Restate word for word the lines that begin the listing and end with the line holding "# 草图2 → 切除-拉伸1 (cut, up to next)".

◇ ◇ ◇ ◇

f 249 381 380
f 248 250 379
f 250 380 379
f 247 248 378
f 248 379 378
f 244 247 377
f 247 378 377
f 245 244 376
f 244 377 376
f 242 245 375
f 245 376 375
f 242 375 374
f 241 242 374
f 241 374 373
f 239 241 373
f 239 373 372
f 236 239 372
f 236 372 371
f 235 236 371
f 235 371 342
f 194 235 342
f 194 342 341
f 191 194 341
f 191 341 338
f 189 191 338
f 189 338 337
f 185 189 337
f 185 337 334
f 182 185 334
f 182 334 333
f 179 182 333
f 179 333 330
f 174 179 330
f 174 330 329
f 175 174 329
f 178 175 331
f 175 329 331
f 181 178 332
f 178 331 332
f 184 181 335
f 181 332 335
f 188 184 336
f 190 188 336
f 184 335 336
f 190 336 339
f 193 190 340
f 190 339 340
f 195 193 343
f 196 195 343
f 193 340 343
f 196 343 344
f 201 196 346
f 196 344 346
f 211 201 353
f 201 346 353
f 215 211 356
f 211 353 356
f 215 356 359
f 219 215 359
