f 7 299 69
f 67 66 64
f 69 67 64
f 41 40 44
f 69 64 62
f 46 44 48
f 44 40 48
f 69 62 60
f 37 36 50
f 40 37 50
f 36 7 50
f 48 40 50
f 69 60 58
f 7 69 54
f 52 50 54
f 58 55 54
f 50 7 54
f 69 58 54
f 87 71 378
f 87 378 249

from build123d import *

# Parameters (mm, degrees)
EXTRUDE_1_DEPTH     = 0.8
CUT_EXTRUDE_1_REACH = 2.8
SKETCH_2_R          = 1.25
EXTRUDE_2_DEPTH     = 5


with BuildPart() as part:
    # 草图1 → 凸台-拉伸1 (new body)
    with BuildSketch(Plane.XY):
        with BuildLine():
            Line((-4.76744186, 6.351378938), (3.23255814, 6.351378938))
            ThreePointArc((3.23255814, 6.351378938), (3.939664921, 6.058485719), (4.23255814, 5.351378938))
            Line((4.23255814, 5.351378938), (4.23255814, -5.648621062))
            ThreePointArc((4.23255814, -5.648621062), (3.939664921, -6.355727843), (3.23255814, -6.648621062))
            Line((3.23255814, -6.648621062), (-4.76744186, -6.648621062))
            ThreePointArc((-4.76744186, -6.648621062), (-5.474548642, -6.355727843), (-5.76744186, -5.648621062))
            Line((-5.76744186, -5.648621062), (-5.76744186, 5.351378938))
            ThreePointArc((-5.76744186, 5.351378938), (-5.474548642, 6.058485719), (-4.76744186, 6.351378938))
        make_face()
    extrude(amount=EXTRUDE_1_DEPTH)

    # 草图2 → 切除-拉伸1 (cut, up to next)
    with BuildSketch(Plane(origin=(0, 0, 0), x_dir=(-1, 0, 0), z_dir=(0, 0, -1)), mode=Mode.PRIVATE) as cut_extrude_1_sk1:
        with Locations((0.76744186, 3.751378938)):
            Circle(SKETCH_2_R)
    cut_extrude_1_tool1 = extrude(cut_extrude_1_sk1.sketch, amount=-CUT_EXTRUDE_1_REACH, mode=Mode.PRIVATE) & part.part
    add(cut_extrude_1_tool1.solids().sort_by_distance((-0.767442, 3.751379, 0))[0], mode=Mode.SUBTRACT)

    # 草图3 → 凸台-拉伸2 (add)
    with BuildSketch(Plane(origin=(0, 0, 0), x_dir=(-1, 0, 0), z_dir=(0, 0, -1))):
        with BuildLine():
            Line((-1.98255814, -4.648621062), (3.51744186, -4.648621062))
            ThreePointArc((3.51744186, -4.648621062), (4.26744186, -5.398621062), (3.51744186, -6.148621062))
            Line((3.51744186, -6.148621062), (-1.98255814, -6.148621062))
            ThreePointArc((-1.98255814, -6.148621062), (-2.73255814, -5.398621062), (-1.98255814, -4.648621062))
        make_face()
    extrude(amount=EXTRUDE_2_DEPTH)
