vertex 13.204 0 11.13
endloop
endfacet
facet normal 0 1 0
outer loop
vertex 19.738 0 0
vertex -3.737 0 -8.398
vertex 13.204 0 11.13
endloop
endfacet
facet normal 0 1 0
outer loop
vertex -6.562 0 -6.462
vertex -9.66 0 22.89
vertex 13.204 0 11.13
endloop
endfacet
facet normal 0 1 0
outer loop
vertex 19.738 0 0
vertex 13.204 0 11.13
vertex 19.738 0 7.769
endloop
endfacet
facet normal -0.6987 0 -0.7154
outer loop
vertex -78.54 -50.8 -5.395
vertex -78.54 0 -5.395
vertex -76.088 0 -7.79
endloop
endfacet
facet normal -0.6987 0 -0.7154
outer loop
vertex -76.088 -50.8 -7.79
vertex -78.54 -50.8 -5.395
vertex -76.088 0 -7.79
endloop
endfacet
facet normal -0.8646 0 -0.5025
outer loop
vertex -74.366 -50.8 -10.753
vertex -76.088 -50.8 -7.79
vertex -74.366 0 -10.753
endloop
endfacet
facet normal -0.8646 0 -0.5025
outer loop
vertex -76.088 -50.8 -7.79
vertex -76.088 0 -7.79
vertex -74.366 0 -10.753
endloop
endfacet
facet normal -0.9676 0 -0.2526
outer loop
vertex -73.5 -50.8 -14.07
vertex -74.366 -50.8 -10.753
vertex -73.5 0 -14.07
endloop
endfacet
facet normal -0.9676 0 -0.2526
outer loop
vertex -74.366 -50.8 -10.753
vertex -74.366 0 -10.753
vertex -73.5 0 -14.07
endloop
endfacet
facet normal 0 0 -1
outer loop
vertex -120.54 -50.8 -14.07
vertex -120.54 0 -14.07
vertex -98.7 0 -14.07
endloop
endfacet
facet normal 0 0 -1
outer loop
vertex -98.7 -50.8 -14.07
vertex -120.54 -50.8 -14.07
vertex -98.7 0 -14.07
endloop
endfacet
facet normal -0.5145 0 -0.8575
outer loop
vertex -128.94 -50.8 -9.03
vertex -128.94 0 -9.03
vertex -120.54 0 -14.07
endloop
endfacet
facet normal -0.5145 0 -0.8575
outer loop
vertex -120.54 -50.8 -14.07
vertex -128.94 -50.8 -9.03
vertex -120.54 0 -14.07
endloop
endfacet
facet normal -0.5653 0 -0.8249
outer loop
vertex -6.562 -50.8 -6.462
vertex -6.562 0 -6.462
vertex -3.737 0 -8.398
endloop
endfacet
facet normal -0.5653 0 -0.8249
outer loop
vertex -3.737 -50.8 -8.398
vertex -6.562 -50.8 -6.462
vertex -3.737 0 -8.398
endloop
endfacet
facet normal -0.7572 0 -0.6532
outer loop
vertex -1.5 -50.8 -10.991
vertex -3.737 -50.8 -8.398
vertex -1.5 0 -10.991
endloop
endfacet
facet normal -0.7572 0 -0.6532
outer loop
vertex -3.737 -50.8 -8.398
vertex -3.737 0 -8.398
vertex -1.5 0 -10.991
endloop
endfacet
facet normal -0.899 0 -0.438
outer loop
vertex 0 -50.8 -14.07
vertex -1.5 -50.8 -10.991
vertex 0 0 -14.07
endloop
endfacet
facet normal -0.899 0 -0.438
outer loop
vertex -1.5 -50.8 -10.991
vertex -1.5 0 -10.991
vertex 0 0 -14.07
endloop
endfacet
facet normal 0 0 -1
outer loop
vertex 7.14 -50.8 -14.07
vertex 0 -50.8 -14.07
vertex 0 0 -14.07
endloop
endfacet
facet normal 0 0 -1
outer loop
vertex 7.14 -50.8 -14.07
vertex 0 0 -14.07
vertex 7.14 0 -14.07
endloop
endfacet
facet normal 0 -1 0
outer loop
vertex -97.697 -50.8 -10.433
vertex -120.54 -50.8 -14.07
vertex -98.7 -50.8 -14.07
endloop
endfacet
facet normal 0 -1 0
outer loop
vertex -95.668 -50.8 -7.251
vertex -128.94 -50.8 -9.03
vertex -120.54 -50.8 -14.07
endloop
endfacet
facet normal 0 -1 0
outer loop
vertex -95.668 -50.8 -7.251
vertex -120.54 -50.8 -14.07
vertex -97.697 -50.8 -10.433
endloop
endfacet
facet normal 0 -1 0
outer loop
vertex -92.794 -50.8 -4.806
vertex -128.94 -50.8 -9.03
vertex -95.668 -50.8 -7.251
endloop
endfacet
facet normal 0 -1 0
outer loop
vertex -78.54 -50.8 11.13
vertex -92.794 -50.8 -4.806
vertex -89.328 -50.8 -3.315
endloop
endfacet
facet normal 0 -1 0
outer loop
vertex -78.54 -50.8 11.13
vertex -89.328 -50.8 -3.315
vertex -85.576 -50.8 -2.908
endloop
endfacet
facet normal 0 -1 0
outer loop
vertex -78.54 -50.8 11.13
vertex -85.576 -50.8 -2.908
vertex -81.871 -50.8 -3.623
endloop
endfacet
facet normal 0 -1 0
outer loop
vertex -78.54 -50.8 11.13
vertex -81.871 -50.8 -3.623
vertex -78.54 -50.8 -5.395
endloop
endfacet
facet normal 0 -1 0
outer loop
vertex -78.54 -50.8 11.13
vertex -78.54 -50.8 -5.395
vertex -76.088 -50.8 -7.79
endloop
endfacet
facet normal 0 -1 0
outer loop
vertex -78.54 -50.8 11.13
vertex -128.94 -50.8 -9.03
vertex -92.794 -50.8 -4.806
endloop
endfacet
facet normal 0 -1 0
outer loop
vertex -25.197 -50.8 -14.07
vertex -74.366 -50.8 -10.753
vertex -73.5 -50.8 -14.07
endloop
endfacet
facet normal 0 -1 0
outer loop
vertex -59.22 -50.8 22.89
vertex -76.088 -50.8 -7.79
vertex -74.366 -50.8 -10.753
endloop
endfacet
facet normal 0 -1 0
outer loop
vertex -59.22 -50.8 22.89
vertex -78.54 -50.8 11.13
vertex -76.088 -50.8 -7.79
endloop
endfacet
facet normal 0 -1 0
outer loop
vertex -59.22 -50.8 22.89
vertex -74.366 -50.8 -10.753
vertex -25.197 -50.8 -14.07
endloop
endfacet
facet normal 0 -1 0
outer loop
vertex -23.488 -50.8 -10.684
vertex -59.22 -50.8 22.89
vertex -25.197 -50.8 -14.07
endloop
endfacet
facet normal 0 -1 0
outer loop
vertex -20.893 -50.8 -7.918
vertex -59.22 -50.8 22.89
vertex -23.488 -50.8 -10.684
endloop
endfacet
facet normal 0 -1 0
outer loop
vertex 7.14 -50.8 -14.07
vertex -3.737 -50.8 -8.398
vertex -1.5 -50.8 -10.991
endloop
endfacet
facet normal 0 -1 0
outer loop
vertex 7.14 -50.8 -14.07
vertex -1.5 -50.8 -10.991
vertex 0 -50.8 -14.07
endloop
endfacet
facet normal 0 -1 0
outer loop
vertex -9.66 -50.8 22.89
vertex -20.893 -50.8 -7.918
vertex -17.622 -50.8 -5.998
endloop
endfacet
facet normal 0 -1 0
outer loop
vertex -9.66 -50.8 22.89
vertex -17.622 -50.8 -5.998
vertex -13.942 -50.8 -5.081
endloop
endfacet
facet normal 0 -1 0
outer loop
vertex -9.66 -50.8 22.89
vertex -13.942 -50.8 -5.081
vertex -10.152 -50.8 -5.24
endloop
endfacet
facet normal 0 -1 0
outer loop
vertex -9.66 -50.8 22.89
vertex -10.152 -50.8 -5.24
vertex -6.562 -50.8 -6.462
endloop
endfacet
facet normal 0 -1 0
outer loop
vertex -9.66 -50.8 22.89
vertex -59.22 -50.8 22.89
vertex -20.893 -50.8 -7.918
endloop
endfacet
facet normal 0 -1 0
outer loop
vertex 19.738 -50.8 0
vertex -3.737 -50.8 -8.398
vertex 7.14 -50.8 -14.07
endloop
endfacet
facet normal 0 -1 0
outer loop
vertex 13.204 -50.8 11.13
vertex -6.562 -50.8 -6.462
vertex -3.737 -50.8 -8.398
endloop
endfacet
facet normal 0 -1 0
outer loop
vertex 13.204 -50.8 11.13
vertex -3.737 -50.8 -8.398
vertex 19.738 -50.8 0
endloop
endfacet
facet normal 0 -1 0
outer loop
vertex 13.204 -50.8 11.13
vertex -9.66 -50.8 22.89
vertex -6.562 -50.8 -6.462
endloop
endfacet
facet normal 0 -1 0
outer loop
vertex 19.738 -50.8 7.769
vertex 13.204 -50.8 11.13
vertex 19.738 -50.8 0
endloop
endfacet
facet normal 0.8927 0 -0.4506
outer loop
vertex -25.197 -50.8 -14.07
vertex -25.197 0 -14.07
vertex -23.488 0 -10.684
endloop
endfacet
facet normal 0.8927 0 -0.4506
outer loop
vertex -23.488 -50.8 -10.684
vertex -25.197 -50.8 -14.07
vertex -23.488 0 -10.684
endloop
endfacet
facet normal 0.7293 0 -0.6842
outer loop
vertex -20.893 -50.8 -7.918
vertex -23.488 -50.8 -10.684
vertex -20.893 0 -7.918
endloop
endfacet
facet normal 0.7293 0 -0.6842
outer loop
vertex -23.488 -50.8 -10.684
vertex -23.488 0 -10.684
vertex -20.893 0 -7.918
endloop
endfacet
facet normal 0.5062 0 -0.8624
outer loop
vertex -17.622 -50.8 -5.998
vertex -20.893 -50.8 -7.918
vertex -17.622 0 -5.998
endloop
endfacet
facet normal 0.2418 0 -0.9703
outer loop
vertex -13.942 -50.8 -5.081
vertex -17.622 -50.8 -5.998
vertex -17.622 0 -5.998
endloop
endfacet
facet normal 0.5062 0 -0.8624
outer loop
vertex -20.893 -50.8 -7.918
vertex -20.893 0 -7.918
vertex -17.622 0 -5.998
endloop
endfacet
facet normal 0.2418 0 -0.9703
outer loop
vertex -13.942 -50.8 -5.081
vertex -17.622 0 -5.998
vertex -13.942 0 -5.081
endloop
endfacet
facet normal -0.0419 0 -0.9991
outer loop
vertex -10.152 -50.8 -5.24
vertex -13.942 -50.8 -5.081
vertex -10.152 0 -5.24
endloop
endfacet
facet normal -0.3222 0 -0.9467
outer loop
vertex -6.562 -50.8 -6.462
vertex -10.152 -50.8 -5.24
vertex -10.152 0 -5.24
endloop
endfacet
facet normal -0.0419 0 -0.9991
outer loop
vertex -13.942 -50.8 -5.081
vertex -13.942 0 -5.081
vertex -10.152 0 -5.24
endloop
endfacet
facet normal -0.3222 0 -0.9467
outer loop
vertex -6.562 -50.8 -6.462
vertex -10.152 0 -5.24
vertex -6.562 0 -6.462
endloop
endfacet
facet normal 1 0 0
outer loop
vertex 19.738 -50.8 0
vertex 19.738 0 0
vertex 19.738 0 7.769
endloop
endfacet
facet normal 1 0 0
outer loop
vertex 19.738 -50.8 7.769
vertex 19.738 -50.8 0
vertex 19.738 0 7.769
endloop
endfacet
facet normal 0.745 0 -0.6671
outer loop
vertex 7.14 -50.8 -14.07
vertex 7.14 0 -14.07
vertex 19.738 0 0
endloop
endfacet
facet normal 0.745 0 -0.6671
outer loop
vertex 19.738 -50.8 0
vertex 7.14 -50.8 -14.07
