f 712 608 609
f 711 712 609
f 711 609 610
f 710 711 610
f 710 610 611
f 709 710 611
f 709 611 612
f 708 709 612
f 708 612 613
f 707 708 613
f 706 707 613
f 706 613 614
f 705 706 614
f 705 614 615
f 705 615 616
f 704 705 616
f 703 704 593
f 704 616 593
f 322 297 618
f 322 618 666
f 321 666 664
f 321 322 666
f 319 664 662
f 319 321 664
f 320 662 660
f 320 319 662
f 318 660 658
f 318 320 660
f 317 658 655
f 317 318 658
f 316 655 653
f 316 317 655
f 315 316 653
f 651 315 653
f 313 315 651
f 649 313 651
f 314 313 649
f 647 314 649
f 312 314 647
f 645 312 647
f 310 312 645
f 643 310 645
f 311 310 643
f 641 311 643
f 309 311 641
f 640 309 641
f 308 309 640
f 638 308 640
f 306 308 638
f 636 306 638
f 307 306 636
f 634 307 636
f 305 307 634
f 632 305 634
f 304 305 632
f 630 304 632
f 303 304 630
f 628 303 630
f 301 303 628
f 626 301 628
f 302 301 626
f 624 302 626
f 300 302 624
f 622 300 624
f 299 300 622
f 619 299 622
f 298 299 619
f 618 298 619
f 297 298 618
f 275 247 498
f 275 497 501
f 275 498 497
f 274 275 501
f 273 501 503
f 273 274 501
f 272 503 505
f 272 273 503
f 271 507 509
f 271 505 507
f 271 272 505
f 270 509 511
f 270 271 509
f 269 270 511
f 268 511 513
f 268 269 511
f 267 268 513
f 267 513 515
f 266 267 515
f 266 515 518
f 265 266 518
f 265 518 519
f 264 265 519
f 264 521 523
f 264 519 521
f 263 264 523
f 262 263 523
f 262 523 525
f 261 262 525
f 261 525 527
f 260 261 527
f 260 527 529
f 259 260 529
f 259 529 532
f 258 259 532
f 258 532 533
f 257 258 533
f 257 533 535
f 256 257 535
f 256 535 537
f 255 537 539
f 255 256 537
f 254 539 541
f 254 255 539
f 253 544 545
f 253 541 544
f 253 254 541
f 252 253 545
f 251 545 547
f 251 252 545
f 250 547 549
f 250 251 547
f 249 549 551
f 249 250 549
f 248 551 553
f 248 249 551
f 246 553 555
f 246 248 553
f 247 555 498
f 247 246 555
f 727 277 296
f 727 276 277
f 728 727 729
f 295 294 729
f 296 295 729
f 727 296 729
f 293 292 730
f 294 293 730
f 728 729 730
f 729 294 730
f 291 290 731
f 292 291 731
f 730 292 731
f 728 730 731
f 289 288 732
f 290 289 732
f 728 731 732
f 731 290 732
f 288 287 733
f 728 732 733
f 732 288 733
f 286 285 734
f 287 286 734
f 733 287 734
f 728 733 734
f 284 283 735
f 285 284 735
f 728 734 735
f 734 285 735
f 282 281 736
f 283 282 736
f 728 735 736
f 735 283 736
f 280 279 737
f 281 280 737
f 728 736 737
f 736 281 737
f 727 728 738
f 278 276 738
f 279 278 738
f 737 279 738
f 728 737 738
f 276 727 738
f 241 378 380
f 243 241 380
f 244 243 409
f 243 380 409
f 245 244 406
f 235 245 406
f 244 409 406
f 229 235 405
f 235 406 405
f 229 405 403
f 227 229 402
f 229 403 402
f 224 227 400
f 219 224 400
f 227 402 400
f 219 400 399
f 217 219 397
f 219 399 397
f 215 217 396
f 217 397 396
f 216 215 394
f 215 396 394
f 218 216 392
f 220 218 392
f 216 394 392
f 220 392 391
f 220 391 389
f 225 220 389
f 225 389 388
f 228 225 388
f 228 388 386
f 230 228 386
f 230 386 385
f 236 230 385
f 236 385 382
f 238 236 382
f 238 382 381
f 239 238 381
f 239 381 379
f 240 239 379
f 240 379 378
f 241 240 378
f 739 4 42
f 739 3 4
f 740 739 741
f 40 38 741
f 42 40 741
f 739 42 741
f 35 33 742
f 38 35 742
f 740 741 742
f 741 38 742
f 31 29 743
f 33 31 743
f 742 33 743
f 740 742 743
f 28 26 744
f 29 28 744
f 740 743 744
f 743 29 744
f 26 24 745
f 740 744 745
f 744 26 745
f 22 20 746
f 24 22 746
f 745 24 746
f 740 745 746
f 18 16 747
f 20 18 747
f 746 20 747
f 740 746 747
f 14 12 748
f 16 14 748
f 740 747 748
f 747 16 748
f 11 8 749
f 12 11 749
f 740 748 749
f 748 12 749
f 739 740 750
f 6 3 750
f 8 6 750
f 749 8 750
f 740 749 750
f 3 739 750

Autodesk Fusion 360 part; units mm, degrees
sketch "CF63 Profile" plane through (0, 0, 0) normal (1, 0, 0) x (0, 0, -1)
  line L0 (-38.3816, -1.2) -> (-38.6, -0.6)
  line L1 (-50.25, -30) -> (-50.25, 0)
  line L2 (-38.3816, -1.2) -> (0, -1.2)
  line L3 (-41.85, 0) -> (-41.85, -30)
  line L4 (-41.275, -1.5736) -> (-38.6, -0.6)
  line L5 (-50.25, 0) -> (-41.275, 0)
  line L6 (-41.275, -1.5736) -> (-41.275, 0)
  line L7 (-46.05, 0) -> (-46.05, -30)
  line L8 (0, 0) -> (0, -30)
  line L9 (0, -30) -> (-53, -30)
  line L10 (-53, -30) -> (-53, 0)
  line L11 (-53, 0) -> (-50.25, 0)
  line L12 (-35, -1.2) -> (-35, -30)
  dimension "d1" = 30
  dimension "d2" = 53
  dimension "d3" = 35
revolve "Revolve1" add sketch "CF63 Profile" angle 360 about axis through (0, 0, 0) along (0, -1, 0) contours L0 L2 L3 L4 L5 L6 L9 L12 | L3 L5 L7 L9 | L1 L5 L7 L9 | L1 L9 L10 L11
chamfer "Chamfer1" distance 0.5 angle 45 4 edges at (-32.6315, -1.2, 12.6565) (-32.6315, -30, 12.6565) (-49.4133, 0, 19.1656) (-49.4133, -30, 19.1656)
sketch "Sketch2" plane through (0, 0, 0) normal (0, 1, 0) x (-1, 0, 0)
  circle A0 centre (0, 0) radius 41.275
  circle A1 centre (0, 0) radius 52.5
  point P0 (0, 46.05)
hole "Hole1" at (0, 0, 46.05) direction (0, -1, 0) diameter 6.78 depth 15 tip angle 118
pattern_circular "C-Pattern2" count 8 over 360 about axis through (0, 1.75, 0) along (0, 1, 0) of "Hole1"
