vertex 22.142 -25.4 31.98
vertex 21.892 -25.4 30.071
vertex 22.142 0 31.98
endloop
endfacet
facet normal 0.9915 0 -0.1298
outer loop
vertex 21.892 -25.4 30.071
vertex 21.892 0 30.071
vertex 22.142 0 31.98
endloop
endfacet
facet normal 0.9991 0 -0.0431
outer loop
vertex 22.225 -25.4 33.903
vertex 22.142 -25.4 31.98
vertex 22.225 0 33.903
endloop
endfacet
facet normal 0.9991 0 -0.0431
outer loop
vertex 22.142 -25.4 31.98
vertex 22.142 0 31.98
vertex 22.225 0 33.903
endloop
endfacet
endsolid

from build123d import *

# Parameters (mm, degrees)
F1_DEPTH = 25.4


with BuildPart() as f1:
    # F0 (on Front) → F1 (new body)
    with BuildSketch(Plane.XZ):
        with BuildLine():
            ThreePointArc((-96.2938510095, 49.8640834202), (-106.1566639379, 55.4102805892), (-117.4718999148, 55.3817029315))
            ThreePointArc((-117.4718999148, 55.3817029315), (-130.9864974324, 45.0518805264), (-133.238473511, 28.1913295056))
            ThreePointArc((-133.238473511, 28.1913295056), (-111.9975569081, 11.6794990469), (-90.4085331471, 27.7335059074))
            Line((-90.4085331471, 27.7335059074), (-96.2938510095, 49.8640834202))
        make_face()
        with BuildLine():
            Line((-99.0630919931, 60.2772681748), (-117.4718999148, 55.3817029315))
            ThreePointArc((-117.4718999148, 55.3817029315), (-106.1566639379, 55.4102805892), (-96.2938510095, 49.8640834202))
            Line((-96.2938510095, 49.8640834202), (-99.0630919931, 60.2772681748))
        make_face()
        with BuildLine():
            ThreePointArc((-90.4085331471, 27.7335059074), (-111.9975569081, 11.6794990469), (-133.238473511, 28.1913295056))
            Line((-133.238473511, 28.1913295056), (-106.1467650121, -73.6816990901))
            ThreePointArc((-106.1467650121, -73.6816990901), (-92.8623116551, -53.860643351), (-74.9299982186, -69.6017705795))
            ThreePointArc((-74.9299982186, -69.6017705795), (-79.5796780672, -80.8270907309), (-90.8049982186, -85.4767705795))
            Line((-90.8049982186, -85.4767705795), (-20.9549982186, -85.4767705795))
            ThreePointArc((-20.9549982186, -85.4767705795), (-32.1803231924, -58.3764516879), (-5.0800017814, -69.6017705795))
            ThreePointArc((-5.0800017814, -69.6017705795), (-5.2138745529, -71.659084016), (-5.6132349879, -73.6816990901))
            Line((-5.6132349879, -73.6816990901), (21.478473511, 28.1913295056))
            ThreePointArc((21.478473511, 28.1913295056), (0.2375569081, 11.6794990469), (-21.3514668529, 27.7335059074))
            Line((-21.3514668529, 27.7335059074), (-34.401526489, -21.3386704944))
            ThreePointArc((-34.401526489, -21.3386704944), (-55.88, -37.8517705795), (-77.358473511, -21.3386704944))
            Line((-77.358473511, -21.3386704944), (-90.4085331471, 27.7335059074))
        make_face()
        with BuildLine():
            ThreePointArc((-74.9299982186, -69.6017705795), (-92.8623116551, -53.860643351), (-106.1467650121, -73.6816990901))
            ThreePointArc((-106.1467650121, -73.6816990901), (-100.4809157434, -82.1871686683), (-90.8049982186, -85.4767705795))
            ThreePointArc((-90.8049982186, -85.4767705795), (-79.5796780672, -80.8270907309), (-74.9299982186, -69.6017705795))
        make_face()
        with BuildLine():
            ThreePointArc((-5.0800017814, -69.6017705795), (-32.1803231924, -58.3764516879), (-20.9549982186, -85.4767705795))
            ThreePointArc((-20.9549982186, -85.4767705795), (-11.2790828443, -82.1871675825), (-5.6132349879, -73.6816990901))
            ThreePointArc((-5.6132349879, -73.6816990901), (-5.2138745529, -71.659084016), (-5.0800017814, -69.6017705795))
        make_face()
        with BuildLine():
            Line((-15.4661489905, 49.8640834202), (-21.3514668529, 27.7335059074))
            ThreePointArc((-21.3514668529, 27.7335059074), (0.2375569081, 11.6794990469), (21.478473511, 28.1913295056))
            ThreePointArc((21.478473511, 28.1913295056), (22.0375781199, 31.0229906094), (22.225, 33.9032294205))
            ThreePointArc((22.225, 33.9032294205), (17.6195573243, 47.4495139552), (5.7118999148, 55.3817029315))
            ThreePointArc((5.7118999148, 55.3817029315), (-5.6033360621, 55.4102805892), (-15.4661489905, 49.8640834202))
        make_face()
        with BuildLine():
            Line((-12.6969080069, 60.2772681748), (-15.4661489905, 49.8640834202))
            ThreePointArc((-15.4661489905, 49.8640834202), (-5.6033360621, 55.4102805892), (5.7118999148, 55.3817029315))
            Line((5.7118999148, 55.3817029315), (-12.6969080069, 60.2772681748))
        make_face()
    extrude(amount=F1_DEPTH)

◇ ◇ ◇ ◇

Answer to the problem:
f 249 381 380
f 248 250 379
f 250 380 379
f 247 248 378
f 248 379 378
f 244 247 377
f 247 378 377
f 245 244 376
f 244 377 376
f 242 245 375
f 245 376 375
f 242 375 374
f 241 242 374
f 241 374 373
f 239 241 373
f 239 373 372
f 236 239 372
f 236 372 371
f 235 236 371
f 235 371 342
f 194 235 342
f 194 342 341
f 191 194 341
f 191 341 338
f 189 191 338
f 189 338 337
f 185 189 337
f 185 337 334
f 182 185 334
f 182 334 333
f 179 182 333
f 179 333 330
f 174 179 330
f 174 330 329
f 175 174 329
f 178 175 331
f 175 329 331
f 181 178 332
f 178 331 332
f 184 181 335
f 181 332 335
f 188 184 336
f 190 188 336
f 184 335 336
f 190 336 339
f 193 190 340
f 190 339 340
f 195 193 343
f 196 195 343
f 193 340 343
f 196 343 344
f 201 196 346
f 196 344 346
f 211 201 353
f 201 346 353
f 215 211 356
f 211 353 356
f 215 356 359
f 219 215 359
f 7 299 69
f 67 66 64
f 69 67 64
f 41 40 44
f 69 64 62
f 46 44 48
f 44 40 48
f 69 62 60
f 37 36 50
f 40 37 50
f 36 7 50
f 48 40 50
f 69 60 58
f 7 69 54
f 52 50 54
f 58 55 54
f 50 7 54
f 69 58 54
f 87 71 378
f 87 378 249

from build123d import *

# Parameters (mm, degrees)
EXTRUDE_1_DEPTH     = 0.8
CUT_EXTRUDE_1_REACH = 2.8
SKETCH_2_R          = 1.25
EXTRUDE_2_DEPTH     = 5


with BuildPart() as part:
    # 草图1 → 凸台-拉伸1 (new body)
    with BuildSketch(Plane.XY):
        with BuildLine():
            Line((-4.76744186, 6.351378938), (3.23255814, 6.351378938))
            ThreePointArc((3.23255814, 6.351378938), (3.939664921, 6.058485719), (4.23255814, 5.351378938))
            Line((4.23255814, 5.351378938), (4.23255814, -5.648621062))
            ThreePointArc((4.23255814, -5.648621062), (3.939664921, -6.355727843), (3.23255814, -6.648621062))
            Line((3.23255814, -6.648621062), (-4.76744186, -6.648621062))
            ThreePointArc((-4.76744186, -6.648621062), (-5.474548642, -6.355727843), (-5.76744186, -5.648621062))
            Line((-5.76744186, -5.648621062), (-5.76744186, 5.351378938))
            ThreePointArc((-5.76744186, 5.351378938), (-5.474548642, 6.058485719), (-4.76744186, 6.351378938))
        make_face()
    extrude(amount=EXTRUDE_1_DEPTH)

    # 草图2 → 切除-拉伸1 (cut, up to next)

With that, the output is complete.